Não sabe ainda como ser mais forte do que alguma vez. Porque agora não é artifício, querida, e Ela dói a ponto de não reconhecer os recursos para lidar com tragédia tão real. Sente e pensa as coisas mais feias. Deixemos. Precisa.
Entre vingados e fodidos, figura entre estes últimos, e não há outras classificações para os envolvidos em tão dolorosa questão.
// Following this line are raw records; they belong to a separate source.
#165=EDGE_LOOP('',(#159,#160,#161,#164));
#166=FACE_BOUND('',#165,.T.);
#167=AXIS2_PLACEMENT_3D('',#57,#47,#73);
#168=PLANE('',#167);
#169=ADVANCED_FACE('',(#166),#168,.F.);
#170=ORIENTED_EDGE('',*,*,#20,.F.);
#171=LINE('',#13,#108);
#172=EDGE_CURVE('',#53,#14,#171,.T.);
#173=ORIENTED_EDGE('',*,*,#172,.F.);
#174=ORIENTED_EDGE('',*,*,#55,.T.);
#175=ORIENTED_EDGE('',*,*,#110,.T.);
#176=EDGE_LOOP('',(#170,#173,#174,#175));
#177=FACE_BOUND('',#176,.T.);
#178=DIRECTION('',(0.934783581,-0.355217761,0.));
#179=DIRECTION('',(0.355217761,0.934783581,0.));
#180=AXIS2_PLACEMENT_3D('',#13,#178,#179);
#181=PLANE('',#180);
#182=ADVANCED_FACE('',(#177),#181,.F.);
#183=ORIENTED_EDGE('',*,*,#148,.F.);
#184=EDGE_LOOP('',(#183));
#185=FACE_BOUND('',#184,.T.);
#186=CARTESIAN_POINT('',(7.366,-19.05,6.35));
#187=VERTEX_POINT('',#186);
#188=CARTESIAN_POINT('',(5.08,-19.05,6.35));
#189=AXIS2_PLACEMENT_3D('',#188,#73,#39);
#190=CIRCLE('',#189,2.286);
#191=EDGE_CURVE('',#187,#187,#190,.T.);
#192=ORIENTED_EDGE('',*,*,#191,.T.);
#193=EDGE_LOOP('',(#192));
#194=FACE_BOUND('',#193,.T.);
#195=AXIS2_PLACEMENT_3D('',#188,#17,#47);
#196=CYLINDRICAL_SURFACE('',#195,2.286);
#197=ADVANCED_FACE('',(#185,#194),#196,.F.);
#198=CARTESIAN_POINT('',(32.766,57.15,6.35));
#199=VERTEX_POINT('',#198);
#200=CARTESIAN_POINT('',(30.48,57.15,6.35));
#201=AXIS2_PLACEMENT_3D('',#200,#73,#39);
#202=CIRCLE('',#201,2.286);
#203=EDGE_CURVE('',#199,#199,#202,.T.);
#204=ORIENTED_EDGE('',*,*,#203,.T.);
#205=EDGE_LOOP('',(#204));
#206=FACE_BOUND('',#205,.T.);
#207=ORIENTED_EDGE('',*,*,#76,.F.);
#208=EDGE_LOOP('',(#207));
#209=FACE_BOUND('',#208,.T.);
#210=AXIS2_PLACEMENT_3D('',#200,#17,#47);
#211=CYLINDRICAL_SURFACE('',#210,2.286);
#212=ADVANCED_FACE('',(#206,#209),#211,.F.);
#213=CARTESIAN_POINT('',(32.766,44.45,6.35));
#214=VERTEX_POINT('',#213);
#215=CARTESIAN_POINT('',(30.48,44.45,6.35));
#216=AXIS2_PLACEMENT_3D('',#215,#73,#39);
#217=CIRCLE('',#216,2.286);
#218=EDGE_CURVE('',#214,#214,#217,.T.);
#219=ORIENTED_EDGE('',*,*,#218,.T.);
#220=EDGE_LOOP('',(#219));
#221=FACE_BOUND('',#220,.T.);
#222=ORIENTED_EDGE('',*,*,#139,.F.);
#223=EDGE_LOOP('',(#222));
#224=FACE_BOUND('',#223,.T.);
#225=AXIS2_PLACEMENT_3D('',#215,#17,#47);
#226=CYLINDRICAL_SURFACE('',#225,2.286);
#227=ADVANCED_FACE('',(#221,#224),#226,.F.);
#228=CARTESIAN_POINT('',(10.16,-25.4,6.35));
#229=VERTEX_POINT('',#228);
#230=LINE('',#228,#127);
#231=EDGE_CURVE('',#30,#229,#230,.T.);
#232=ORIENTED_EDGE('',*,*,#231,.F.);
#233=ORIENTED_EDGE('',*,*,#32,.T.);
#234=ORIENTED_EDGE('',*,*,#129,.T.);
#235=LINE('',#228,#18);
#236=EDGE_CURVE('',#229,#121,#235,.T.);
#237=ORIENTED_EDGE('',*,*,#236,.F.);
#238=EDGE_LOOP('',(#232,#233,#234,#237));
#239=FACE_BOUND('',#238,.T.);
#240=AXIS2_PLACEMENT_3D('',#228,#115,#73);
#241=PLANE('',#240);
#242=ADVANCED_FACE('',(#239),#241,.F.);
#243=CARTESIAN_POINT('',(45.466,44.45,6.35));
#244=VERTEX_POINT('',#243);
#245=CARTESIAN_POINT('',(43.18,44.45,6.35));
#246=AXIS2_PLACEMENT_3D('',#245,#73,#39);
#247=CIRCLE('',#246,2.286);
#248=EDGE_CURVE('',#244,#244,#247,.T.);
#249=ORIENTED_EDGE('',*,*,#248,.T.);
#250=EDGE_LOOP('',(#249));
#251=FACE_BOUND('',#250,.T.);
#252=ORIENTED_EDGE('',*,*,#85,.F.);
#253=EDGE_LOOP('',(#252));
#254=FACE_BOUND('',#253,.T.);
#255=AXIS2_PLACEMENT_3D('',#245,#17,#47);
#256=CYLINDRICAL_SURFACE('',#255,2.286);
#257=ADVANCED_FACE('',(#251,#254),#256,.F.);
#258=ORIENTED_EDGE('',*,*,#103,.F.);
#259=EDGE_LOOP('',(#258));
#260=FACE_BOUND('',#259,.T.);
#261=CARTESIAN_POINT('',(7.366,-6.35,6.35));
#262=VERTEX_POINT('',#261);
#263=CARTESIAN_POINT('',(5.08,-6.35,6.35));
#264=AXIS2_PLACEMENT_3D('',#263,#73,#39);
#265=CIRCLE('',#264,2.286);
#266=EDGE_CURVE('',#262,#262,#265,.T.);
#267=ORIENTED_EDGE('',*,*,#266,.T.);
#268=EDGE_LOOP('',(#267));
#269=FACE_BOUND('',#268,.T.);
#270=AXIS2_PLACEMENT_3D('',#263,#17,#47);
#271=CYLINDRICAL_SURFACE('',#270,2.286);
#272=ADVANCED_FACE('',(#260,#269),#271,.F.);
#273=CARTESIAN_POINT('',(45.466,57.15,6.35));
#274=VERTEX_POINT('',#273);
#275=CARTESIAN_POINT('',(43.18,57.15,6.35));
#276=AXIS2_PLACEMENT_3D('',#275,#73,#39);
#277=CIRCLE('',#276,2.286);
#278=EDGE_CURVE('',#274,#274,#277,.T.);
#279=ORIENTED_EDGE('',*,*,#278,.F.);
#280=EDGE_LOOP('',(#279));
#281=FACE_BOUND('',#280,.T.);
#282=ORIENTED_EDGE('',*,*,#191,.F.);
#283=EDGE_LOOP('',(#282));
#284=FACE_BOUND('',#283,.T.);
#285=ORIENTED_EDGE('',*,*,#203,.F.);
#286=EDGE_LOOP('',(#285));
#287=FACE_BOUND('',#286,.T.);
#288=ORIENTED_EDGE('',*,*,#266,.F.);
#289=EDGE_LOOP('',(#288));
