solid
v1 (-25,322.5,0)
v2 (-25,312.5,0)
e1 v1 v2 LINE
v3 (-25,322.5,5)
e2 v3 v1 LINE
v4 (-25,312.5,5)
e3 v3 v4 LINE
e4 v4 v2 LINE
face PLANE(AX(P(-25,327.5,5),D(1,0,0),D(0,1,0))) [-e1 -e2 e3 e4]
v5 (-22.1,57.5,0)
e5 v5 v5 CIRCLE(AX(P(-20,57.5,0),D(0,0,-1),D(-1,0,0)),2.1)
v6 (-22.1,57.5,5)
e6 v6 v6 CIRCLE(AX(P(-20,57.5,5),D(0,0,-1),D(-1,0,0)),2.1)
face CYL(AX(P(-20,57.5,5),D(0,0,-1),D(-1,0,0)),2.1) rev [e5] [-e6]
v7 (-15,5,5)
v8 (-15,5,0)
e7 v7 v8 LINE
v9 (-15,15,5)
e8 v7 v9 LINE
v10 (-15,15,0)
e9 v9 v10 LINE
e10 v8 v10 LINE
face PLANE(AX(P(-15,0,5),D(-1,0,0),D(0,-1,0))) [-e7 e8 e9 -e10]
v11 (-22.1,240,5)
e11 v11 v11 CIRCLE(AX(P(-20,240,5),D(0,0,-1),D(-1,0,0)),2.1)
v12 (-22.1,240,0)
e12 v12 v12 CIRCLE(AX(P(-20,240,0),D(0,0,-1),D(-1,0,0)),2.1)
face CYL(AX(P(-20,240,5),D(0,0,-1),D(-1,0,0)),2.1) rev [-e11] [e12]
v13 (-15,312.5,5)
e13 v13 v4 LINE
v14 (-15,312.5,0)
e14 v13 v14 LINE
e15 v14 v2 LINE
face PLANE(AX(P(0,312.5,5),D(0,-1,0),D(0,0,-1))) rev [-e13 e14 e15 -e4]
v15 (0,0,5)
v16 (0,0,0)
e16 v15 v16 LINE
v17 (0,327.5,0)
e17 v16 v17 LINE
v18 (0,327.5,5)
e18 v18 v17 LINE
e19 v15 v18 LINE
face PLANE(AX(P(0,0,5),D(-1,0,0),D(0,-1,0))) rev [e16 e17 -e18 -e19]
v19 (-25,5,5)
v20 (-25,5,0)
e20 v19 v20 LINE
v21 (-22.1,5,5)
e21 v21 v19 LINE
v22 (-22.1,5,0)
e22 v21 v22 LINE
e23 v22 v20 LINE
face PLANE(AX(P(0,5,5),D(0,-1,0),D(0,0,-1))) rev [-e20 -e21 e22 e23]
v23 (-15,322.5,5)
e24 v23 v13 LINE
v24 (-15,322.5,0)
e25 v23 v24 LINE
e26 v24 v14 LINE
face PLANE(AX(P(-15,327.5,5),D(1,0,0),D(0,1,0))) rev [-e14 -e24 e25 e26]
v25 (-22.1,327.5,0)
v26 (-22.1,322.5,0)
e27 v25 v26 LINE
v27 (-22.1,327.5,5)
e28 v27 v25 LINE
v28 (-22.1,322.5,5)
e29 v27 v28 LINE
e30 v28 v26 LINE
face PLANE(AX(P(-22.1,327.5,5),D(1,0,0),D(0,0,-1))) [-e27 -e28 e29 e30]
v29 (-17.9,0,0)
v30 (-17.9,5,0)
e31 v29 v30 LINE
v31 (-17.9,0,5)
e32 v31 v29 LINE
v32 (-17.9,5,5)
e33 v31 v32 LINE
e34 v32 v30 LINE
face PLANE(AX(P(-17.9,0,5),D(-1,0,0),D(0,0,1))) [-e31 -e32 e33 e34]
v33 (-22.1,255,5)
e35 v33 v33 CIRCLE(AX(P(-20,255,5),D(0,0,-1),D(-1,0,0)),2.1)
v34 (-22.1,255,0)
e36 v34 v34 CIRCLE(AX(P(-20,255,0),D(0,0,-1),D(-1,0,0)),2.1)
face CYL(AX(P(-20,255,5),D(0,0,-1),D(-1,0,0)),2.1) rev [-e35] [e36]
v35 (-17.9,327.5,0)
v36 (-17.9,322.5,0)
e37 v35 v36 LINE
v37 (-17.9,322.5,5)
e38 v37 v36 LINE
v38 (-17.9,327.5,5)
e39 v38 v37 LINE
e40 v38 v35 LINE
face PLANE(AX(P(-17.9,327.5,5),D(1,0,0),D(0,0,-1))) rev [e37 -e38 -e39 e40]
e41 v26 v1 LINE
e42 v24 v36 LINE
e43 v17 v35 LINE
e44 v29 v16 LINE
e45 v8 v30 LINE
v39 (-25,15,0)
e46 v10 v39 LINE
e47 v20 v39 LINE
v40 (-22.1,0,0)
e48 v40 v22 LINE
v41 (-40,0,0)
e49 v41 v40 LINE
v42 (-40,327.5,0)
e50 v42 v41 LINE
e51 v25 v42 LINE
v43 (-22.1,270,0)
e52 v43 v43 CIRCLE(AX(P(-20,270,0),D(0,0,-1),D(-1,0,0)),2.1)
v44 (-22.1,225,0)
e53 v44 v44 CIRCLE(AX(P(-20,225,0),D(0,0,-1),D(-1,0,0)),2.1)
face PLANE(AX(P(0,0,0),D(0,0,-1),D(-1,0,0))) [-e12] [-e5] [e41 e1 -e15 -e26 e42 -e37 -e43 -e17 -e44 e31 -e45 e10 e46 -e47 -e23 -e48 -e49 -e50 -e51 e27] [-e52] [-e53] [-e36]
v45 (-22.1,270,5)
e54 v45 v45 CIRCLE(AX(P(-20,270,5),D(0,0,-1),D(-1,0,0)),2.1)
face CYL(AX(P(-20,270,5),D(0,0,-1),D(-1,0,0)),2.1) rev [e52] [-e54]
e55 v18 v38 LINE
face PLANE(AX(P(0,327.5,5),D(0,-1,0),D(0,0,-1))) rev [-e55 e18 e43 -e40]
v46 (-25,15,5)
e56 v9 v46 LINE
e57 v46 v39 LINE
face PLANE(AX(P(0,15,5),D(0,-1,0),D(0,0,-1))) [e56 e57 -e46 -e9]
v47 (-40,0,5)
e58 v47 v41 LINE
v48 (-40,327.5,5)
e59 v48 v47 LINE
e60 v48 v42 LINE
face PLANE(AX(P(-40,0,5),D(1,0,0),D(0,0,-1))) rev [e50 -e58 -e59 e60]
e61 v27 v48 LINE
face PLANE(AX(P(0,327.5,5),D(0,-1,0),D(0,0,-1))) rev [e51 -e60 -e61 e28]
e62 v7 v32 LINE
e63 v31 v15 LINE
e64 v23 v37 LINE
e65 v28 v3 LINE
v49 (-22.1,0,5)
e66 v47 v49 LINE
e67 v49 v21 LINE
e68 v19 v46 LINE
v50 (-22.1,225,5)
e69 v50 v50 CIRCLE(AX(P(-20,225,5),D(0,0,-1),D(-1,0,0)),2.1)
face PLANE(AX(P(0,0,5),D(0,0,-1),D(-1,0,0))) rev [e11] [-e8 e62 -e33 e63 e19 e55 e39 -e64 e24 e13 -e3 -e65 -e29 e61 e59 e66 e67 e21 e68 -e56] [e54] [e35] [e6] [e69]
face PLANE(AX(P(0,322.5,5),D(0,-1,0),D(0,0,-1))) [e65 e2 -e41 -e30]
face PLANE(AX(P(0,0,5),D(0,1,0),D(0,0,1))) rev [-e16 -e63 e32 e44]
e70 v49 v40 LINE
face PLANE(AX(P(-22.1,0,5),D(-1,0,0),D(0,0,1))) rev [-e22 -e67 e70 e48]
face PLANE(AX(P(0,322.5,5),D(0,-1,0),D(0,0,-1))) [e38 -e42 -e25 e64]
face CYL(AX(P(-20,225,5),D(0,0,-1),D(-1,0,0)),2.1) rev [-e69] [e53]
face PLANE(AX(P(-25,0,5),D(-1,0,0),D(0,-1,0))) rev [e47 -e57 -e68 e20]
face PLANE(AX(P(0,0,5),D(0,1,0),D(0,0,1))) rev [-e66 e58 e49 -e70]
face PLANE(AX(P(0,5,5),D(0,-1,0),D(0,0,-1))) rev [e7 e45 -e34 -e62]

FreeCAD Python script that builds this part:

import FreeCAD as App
import Part
import Sketcher

V = App.Vector


def add_polygon(sketch, points):
    """Adds a closed chain of lines whose ends are joined by coincident constraints."""
    first, n = sketch.GeometryCount, len(points)
    for a, b in zip(points, points[1:] + points[:1]):
        sketch.addGeometry(Part.LineSegment(App.Vector(*a, 0), App.Vector(*b, 0)), False)
    for i in range(n):
        sketch.addConstraint(Sketcher.Constraint("Coincident", first + i, 2, first + (i + 1) % n, 1))

doc = App.newDocument("Part")
params = doc.addObject("Spreadsheet::Sheet", "Params")
for row, (alias, value) in enumerate([
    ("sketch1_width", "40 mm"),
    ("sketch1_height", "327.5 mm"),
    ("pad1_length", "5 mm"),
    ("sketch2_diameter", "4.2 mm"),
    ("pocket1_length", "5 mm"),
    ("sketch3_width", "10 mm"),
    ("sketch3_height", "5 mm"),
    ("sketch3_width2", "4.2 mm"),
    ("pocket2_length", "5 mm"),
], start=1):
    params.set(f"A{row}", alias)
    params.set(f"B{row}", "=" + value)
    params.setAlias(f"B{row}", alias)

body = doc.addObject("PartDesign::Body", "Body")

# Sketch on XY plane
sketch1 = doc.addObject("Sketcher::SketchObject", "Sketch")
body.addObject(sketch1)
sketch1.AttachmentSupport = (doc.XY_Plane, [""])
sketch1.MapMode = "FlatFace"
add_polygon(sketch1, [(-40, 328), (-40, 0), (0, 0), (0, 328)])  # lines 0-3
sketch1.addConstraint(Sketcher.Constraint("Vertical", 0))
sketch1.addConstraint(Sketcher.Constraint("Horizontal", 1))
sketch1.addConstraint(Sketcher.Constraint("Vertical", 2))
sketch1.addConstraint(Sketcher.Constraint("Horizontal", 3))
sketch1.addConstraint(Sketcher.Constraint("Coincident", 1, 2, -1, 1))
sketch1.addConstraint(Sketcher.Constraint("DistanceX", 1, 1, 1, 2, 40.0))
sketch1.addConstraint(Sketcher.Constraint("DistanceY", 0, 2, 0, 1, 327.5))
sketch1.setExpression("Constraints[9]", "Params.sketch1_width")
sketch1.setExpression("Constraints[10]", "Params.sketch1_height")
pad1 = doc.addObject("PartDesign::Pad", "Pad")
body.addObject(pad1)
pad1.Profile = sketch1
pad1.setExpression("Length", "Params.pad1_length")

# Sketch on XY plane
sketch2 = doc.addObject("Sketcher::SketchObject", "Sketch001")
body.addObject(sketch2)
sketch2.AttachmentSupport = (doc.XY_Plane, [""])
sketch2.MapMode = "FlatFace"
sketch2.addGeometry(Part.Circle(V(-20, 57.5, 0), V(0, 0, 1), 2.1), False)
sketch2.addGeometry(Part.Circle(V(-20, 270, 0), V(0, 0, 1), 2.1), False)
sketch2.addGeometry(Part.Circle(V(-20, 255, 0), V(0, 0, 1), 2.1), False)
sketch2.addGeometry(Part.Circle(V(-20, 240, 0), V(0, 0, 1), 2.1), False)
sketch2.addGeometry(Part.Circle(V(-20, 225, 0), V(0, 0, 1), 2.1), False)
sketch2.addConstraint(Sketcher.Constraint("Equal", 0, 1))
sketch2.addConstraint(Sketcher.Constraint("Equal", 1, 2))
sketch2.addConstraint(Sketcher.Constraint("Equal", 2, 3))
sketch2.addConstraint(Sketcher.Constraint("Equal", 3, 4))
sketch2.addConstraint(Sketcher.Constraint("Vertical", 0, 3, 1, 3))
sketch2.addConstraint(Sketcher.Constraint("Vertical", 1, 3, 2, 3))
sketch2.addConstraint(Sketcher.Constraint("Vertical", 2, 3, 3, 3))
sketch2.addConstraint(Sketcher.Constraint("Vertical", 3, 3, 4, 3))
sketch2.addConstraint(Sketcher.Constraint("Diameter", 0, 4.2))
sketch2.addConstraint(Sketcher.Constraint("DistanceX", 0, 3, -1, 1, 20.0))
sketch2.addConstraint(Sketcher.Constraint("DistanceY", -1, 1, 1, 3, 270.0))
sketch2.addConstraint(Sketcher.Constraint("DistanceY", -1, 1, 2, 3, 255.0))
sketch2.addConstraint(Sketcher.Constraint("DistanceY", -1, 1, 3, 3, 240.0))
sketch2.addConstraint(Sketcher.Constraint("DistanceY", -1, 1, 4, 3, 225.0))
sketch2.addConstraint(Sketcher.Constraint("DistanceY", -1, 1, 0, 3, 57.5))
sketch2.setExpression("Constraints[8]", "Params.sketch2_diameter")
pocket1 = doc.addObject("PartDesign::Pocket", "Pocket")
body.addObject(pocket1)
pocket1.Profile = sketch2
pocket1.setExpression("Length", "Params.pocket1_length")
pocket1.Reversed = True

# Sketch on XY plane
sketch3 = doc.addObject("Sketcher::SketchObject", "Sketch002")
body.addObject(sketch3)
sketch3.AttachmentSupport = (doc.XY_Plane, [""])
sketch3.MapMode = "FlatFace"
add_polygon(sketch3, [(-17.9, 0), (-22.1, 0), (-22.1, 5), (-25, 5), (-25, 15), (-15, 15), (-15, 5), (-17.9, 5)])  # lines 0-7
sketch3.addConstraint(Sketcher.Constraint("Horizontal", 0))
sketch3.addConstraint(Sketcher.Constraint("Vertical", 1))
sketch3.addConstraint(Sketcher.Constraint("Horizontal", 2))
sketch3.addConstraint(Sketcher.Constraint("Vertical", 3))
sketch3.addConstraint(Sketcher.Constraint("Horizontal", 4))
sketch3.addConstraint(Sketcher.Constraint("Vertical", 5))
sketch3.addConstraint(Sketcher.Constraint("Horizontal", 6))
sketch3.addConstraint(Sketcher.Constraint("Vertical", 7))
sketch3.addConstraint(Sketcher.Constraint("PointOnObject", 0, 2, -1))
sketch3.addConstraint(Sketcher.Constraint("Horizontal", 2, 2, 5, 2))
sketch3.addConstraint(Sketcher.Constraint("Equal", 2, 6))
sketch3.addConstraint(Sketcher.Constraint("Equal", 4, 3))
sketch3.addConstraint(Sketcher.Constraint("DistanceX", 4, 1, 4, 2, 10.0))
sketch3.addConstraint(Sketcher.Constraint("DistanceY", 1, 1, 1, 2, 5.0))
sketch3.addConstraint(Sketcher.Constraint("DistanceX", 0, 2, 0, 1, 4.2))
sketch3.addConstraint(Sketcher.Constraint("DistanceX", 2, 2, -1, 1, 25.0))
sketch3.setExpression("Constraints[20]", "Params.sketch3_width")
sketch3.setExpression("Constraints[21]", "Params.sketch3_height")
sketch3.setExpression("Constraints[22]", "Params.sketch3_width2")
pocket2 = doc.addObject("PartDesign::Pocket", "Pocket001")
body.addObject(pocket2)
pocket2.Profile = sketch3
pocket2.setExpression("Length", "Params.pocket2_length")
pocket2.Reversed = True
doc.recompute()

datumplane = doc.addObject("PartDesign::Plane", "DatumPlane")
body.addObject(datumplane)
datumplane.AttachmentSupport = (doc.XZ_Plane, [""])
datumplane.MapMode = "FlatFace"
datumplane.AttachmentOffset = App.Placement(V(0, 0, -163.75), App.Rotation())
mirrored = doc.addObject("PartDesign::Mirrored", "Mirrored")
body.addObject(mirrored)
mirrored.Originals = [pocket2]
mirrored.MirrorPlane = (datumplane, [""])
body.Tip = mirrored

doc.recompute()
Fodidos. Ela gosta de palavras baixas. Eu também. Digamos. Preciso.
Mas, Lucille, o real motivo desta carta (escrevo com aquela caneta que touxeste de Nova Iorque e deste a ela quando trocavam contos "galeânicos " por fantásticos, e lamento que chegue a ti em letra impessoal e fria) é que hoje Ela cantou. A voz era triste, a música nem sei, mas, não importa. Cantar não te parece um bom sinal? Sempre lembro do cara do Pavão Mysteriozo dizendo que isto parece com não morrer. Creio absolutamente e sei o que vai em ti, a respeito. Por isto o comunicado: ELA CANTOU.
Abraço meu. E dela. Se pudesse.

Charlotte.

P.S.: E eu que pensava que não apareceria por aqui tão cedo. Me diga, Lucille, como imaginas o cenário, quando é Charlotte quem se revela a mais lúcida? (Risos.)

Por Ceronha Pontes
De Tamboril-Ce, 28 de Setembro de 2011.

sábado, 24 de setembro de 2011

As coisas feias


Neste momento Mariana vê o mundo mais perverso do que alguma vez. Dói de dor de morte, sendo que a lembrança desta nem lhe parece tão feia se comparada a, mas, na falta do que se aproxime...
Esperam de Mariana um ato heróico incompatível com a sua condição de rato. Talvez porque pareça um leão, pobrezinha. Impotência e, pior, um medo intransponível ela experimenta sem conseguir ser amparo o bastante para Marianona e Marianinha. 
Um tio lhe falou sobre noites mais longas que o fim do mundo. Os dias também, ela pensa. Aonde se cumpre o fim comprido do mundo? Será que lá se acaba este padecimento?